Retype, exactly as they appear below, the lines between the line holding "END-ISO-10303-21;" and the line holding "Rebuilt in FreeCAD, every", both ends included.
Segment Start: Available data
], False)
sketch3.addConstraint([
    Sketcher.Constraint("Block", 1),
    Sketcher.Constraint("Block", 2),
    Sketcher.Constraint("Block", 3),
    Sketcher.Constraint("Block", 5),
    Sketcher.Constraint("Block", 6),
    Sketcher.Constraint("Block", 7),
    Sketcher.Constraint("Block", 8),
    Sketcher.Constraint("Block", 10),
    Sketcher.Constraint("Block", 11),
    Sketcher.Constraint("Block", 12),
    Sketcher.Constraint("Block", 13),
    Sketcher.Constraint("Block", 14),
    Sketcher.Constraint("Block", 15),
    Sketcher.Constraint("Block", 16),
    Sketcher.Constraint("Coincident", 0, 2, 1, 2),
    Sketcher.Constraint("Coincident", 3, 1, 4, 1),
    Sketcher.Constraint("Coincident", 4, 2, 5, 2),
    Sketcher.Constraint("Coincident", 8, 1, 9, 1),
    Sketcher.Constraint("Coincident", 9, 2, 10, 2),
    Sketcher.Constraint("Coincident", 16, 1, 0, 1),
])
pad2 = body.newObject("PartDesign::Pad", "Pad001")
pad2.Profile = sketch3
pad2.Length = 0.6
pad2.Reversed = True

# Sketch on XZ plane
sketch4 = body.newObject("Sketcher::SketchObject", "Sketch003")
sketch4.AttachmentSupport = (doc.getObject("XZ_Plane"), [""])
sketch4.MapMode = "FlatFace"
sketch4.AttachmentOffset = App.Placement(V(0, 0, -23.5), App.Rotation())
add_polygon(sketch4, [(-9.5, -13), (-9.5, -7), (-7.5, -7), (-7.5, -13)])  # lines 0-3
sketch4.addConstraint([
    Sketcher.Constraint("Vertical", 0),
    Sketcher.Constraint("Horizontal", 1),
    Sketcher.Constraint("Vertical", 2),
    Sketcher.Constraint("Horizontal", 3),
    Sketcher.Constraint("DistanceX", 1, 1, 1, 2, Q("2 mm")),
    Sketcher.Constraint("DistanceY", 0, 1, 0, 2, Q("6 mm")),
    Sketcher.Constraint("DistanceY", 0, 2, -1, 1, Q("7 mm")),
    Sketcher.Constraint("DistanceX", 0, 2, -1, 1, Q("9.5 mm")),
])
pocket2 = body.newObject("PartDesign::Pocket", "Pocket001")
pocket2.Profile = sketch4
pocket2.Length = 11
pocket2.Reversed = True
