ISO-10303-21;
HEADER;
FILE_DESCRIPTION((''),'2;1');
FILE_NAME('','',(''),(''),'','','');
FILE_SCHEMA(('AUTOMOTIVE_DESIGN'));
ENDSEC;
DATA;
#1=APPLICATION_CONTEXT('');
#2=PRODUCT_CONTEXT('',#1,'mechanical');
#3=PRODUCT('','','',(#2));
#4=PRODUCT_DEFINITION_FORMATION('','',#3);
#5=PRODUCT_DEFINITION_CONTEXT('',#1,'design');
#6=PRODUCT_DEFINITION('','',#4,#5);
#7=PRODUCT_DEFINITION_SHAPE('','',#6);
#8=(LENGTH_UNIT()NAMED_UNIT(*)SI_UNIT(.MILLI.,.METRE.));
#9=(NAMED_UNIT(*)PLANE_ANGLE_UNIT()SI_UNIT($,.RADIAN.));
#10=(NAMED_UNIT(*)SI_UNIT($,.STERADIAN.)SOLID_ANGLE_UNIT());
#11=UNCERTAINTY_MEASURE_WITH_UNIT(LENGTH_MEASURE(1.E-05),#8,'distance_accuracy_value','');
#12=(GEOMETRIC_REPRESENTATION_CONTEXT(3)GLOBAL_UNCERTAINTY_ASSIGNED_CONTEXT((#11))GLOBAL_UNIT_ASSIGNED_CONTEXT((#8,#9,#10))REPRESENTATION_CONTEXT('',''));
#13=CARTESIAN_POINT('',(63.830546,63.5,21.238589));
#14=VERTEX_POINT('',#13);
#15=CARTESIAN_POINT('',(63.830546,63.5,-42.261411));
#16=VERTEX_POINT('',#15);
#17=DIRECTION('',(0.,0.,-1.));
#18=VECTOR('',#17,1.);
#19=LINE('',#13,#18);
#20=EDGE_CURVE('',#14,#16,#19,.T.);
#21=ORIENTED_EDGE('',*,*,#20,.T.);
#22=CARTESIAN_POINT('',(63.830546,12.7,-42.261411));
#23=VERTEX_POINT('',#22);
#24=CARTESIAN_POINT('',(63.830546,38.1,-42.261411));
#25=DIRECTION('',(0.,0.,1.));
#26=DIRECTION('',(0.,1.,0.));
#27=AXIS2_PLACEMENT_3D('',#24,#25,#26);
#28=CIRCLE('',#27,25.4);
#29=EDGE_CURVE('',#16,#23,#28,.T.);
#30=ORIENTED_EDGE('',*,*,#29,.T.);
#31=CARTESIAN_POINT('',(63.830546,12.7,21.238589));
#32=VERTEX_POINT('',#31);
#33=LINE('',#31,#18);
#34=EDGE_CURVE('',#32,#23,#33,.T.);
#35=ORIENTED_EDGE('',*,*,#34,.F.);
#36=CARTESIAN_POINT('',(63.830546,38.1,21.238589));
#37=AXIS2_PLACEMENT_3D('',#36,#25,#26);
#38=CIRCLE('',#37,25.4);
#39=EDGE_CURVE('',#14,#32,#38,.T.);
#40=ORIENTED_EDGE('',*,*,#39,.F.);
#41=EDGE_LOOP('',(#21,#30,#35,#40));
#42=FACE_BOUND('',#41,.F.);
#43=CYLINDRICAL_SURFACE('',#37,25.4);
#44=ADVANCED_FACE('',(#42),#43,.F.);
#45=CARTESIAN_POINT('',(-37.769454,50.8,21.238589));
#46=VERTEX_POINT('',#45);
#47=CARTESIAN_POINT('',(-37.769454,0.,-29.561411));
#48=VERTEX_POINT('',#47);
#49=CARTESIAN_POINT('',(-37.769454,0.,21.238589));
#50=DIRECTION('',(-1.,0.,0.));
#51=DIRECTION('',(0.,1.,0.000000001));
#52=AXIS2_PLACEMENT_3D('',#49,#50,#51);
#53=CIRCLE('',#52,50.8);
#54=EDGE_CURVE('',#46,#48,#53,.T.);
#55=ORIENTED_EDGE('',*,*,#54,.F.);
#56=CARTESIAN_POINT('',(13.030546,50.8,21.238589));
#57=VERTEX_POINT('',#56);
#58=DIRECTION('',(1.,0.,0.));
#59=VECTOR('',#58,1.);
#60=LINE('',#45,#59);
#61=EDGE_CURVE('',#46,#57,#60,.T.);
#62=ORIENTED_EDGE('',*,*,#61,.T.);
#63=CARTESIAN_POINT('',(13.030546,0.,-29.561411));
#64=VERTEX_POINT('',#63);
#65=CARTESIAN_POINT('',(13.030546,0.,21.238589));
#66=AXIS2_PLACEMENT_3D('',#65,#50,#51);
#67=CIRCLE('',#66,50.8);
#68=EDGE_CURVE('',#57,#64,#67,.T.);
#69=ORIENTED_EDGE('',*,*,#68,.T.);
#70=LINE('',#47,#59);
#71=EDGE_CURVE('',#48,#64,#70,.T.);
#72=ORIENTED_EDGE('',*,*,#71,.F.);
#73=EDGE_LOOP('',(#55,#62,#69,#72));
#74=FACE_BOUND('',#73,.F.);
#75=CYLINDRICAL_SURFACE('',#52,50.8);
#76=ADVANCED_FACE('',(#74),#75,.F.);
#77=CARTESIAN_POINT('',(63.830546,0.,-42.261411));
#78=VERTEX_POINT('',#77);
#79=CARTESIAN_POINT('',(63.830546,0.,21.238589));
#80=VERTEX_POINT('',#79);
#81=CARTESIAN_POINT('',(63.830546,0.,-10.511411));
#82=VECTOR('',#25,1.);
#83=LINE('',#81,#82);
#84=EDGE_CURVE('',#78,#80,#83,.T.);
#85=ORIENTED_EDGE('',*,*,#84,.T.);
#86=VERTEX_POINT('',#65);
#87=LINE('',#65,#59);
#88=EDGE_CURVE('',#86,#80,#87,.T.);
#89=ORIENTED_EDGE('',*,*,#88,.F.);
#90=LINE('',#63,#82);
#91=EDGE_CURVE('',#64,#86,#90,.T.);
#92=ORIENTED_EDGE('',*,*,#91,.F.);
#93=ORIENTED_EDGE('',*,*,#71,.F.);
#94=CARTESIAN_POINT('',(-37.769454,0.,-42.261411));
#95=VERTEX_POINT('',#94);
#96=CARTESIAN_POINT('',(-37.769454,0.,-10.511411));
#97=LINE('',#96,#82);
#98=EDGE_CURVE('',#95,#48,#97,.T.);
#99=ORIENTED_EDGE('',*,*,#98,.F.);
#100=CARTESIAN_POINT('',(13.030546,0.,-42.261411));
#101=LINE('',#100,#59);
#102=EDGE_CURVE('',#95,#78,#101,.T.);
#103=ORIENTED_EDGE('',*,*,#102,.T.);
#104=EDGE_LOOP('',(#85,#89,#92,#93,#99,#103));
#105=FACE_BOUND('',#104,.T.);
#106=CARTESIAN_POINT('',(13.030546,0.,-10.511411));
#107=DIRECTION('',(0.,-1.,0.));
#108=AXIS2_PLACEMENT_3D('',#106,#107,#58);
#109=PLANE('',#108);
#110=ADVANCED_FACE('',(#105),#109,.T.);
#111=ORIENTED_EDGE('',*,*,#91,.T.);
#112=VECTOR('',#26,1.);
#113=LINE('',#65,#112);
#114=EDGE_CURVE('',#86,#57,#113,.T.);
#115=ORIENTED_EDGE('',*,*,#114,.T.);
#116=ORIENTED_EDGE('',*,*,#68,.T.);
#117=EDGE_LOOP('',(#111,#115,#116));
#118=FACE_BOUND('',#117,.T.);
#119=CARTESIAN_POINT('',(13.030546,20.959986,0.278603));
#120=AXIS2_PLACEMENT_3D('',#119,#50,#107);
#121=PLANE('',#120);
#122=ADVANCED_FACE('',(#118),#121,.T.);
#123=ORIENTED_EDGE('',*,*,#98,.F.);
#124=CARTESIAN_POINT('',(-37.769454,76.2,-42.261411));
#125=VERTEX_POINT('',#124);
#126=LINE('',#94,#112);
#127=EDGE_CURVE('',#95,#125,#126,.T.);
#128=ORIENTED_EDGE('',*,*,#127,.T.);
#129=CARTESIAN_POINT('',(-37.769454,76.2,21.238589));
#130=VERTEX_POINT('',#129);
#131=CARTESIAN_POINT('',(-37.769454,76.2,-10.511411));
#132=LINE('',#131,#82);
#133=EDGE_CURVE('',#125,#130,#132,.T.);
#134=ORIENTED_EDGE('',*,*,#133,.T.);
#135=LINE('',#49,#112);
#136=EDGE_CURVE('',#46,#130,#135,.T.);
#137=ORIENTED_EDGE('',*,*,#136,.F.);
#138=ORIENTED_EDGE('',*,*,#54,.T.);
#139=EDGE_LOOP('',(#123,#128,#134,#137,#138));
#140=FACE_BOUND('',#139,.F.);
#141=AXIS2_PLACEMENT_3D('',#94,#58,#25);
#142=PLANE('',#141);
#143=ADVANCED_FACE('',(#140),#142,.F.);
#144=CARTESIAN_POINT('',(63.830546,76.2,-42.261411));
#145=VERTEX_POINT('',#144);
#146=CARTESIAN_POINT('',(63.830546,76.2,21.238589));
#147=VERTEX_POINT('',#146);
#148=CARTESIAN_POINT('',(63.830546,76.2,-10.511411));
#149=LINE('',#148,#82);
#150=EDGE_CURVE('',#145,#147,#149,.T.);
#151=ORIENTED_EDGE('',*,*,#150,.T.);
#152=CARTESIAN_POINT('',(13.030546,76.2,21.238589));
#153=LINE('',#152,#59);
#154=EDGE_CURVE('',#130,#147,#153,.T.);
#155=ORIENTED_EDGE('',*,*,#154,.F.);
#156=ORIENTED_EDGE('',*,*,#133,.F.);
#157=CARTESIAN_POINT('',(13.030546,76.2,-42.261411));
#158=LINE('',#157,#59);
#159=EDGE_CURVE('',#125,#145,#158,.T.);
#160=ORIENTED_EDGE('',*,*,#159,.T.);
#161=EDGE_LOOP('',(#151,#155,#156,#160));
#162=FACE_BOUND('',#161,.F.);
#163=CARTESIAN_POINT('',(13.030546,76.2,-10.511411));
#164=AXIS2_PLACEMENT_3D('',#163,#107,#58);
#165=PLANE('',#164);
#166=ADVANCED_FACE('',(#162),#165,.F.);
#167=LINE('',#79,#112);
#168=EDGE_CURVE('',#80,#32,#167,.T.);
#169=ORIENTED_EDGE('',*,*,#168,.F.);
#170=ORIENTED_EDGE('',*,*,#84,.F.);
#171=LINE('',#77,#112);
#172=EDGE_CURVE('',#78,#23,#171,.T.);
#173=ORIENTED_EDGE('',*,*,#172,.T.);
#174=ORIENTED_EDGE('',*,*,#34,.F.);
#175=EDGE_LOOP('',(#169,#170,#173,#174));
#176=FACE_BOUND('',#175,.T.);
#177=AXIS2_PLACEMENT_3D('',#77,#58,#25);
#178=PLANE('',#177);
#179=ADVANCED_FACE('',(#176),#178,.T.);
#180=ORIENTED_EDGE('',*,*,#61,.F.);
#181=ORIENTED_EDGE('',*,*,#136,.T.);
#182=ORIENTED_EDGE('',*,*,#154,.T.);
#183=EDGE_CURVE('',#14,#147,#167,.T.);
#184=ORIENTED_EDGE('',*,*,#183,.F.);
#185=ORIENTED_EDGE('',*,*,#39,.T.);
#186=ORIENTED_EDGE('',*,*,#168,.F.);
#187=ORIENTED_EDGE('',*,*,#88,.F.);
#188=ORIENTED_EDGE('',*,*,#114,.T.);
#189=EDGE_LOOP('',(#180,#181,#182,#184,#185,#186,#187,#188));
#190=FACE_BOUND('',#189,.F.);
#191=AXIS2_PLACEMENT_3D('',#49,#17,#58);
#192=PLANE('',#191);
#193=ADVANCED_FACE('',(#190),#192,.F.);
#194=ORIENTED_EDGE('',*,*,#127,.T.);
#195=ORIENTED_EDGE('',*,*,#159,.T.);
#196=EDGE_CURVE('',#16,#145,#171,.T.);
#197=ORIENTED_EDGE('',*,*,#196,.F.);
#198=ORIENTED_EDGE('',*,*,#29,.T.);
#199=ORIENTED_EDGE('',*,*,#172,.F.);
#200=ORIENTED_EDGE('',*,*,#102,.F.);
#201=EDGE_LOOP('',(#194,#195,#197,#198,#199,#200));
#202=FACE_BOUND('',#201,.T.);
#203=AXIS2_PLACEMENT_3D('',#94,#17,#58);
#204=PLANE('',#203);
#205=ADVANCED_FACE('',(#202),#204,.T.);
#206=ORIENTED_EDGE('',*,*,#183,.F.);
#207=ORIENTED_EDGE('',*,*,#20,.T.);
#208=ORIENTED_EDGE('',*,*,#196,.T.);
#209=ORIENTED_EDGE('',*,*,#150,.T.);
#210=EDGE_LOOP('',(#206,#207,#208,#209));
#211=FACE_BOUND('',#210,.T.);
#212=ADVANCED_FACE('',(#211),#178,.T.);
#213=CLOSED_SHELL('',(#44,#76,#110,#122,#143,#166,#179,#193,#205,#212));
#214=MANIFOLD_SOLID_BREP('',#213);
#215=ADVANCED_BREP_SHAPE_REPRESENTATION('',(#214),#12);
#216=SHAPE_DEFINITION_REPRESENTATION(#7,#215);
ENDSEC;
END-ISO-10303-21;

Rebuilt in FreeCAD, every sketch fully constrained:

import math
import FreeCAD as App
import Part
import Sketcher

V = App.Vector
Q = App.Units.Quantity

doc = App.newDocument("Part")
body = doc.addObject("PartDesign::Body", "Body")

sketch1 = body.newObject("Sketcher::SketchObject", "Sketch")
sketch1.AttachmentSupport = (doc.getObject("XZ_Plane"), [""])
sketch1.MapMode = "FlatFace"
sketch1.addGeometry([
    Part.LineSegment(V(-37.769454, 21.238589, 0), V(-37.769454, -42.261411, 0)),
    Part.LineSegment(V(-37.769454, -42.261411, 0), V(63.830546, -42.261411, 0)),
    Part.LineSegment(V(63.830546, -42.261411, 0), V(63.830546, 21.238589, 0)),
    Part.LineSegment(V(63.830546, 21.238589, 0), V(-37.769454, 21.238589, 0)),
], False)
sketch1.addConstraint([
    Sketcher.Constraint("Coincident", 0, 2, 1, 1),
    Sketcher.Constraint("Coincident", 1, 2, 2, 1),
    Sketcher.Constraint("Coincident", 2, 2, 3, 1),
    Sketcher.Constraint("Coincident", 3, 2, 0, 1),
    Sketcher.Constraint("Vertical", 0),
    Sketcher.Constraint("Horizontal", 1),
    Sketcher.Constraint("Vertical", 2),
    Sketcher.Constraint("Horizontal", 3),
    Sketcher.Constraint("DistanceX", 1, 1, 1, 2, Q("4 in")),
    Sketcher.Constraint("DistanceY", 0, 2, 0, 1, Q("2.5 in")),
    Sketcher.Constraint("DistanceY", 0, 2, -1, 1, Q("42.261411 mm")),
    Sketcher.Constraint("DistanceX", 0, 2, -1, 1, Q("37.769454 mm")),
])
pad1 = body.newObject("PartDesign::Pad", "Pad")
pad1.Profile = sketch1
pad1.Length = Q("3 in")
pad1.Reversed = True

sketch2 = body.newObject("Sketcher::SketchObject", "Sketch001")
sketch2.AttachmentSupport = (doc.getObject("XY_Plane"), [""])
sketch2.MapMode = "FlatFace"
sketch2.AttachmentOffset = App.Placement(V(0, 0, 21.238589), App.Rotation())
sketch2.addGeometry([
    Part.LineSegment(V(63.830546, 12.7, 0), V(63.830546, 63.5, 0)),
    Part.ArcOfCircle(Part.Circle(V(63.830546, 38.1, 0), V(0, 0, 1), 25.4), math.radians(90), math.radians(270)),
], False)
sketch2.addConstraint([
    Sketcher.Constraint("Coincident", 0, 1, 1, 2),
    Sketcher.Constraint("Coincident", 1, 1, 0, 2),
    Sketcher.Constraint("Vertical", 0),
    Sketcher.Constraint("Vertical", 1, 3, 0, 1),
    Sketcher.Constraint("Radius", 1, Q("1 in")),
    Sketcher.Constraint("DistanceY", -1, 1, 1, 3, Q("1.5 in")),
    Sketcher.Constraint("DistanceX", -1, 1, 1, 3, Q("63.830546 mm")),
])
pocket1 = body.newObject("PartDesign::Pocket", "Pocket")
pocket1.Profile = sketch2
pocket1.Type = "ThroughAll"

sketch3 = body.newObject("Sketcher::SketchObject", "Sketch002")
sketch3.AttachmentSupport = (doc.getObject("YZ_Plane"), [""])
sketch3.MapMode = "FlatFace"
sketch3.AttachmentOffset = App.Placement(V(0, 0, -37.769454), App.Rotation())
sketch3.addGeometry([
    Part.LineSegment(V(0, 21.238589, 0), V(50.8, 21.238589, 0)),
    Part.ArcOfCircle(Part.Circle(V(0, 21.238589, 0), V(0, 0, 1), 50.8), math.radians(-90), math.radians(0)),
    Part.LineSegment(V(0, -29.561411, 0), V(0, 21.238589, 0)),
], False)
sketch3.addConstraint([
    Sketcher.Constraint("Coincident", 0, 2, 1, 2),
    Sketcher.Constraint("Coincident", 1, 1, 2, 1),
    Sketcher.Constraint("Coincident", 2, 2, 0, 1),
    Sketcher.Constraint("Horizontal", 0),
    Sketcher.Constraint("Vertical", 2),
    Sketcher.Constraint("Coincident", 2, 2, 1, 3),
    Sketcher.Constraint("PointOnObject", 1, 3, -2),
    Sketcher.Constraint("Radius", 1, Q("2 in")),
    Sketcher.Constraint("DistanceY", -1, 1, 1, 3, Q("21.238589 mm")),
])
pocket2 = body.newObject("PartDesign::Pocket", "Pocket001")
pocket2.Profile = sketch3
pocket2.Length = Q("2 in")
pocket2.Reversed = True

doc.recompute()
Segment End: Available data
**Response below:**
END-ISO-10303-21;

Rebuilt in FreeCAD, every sketch fully constrained:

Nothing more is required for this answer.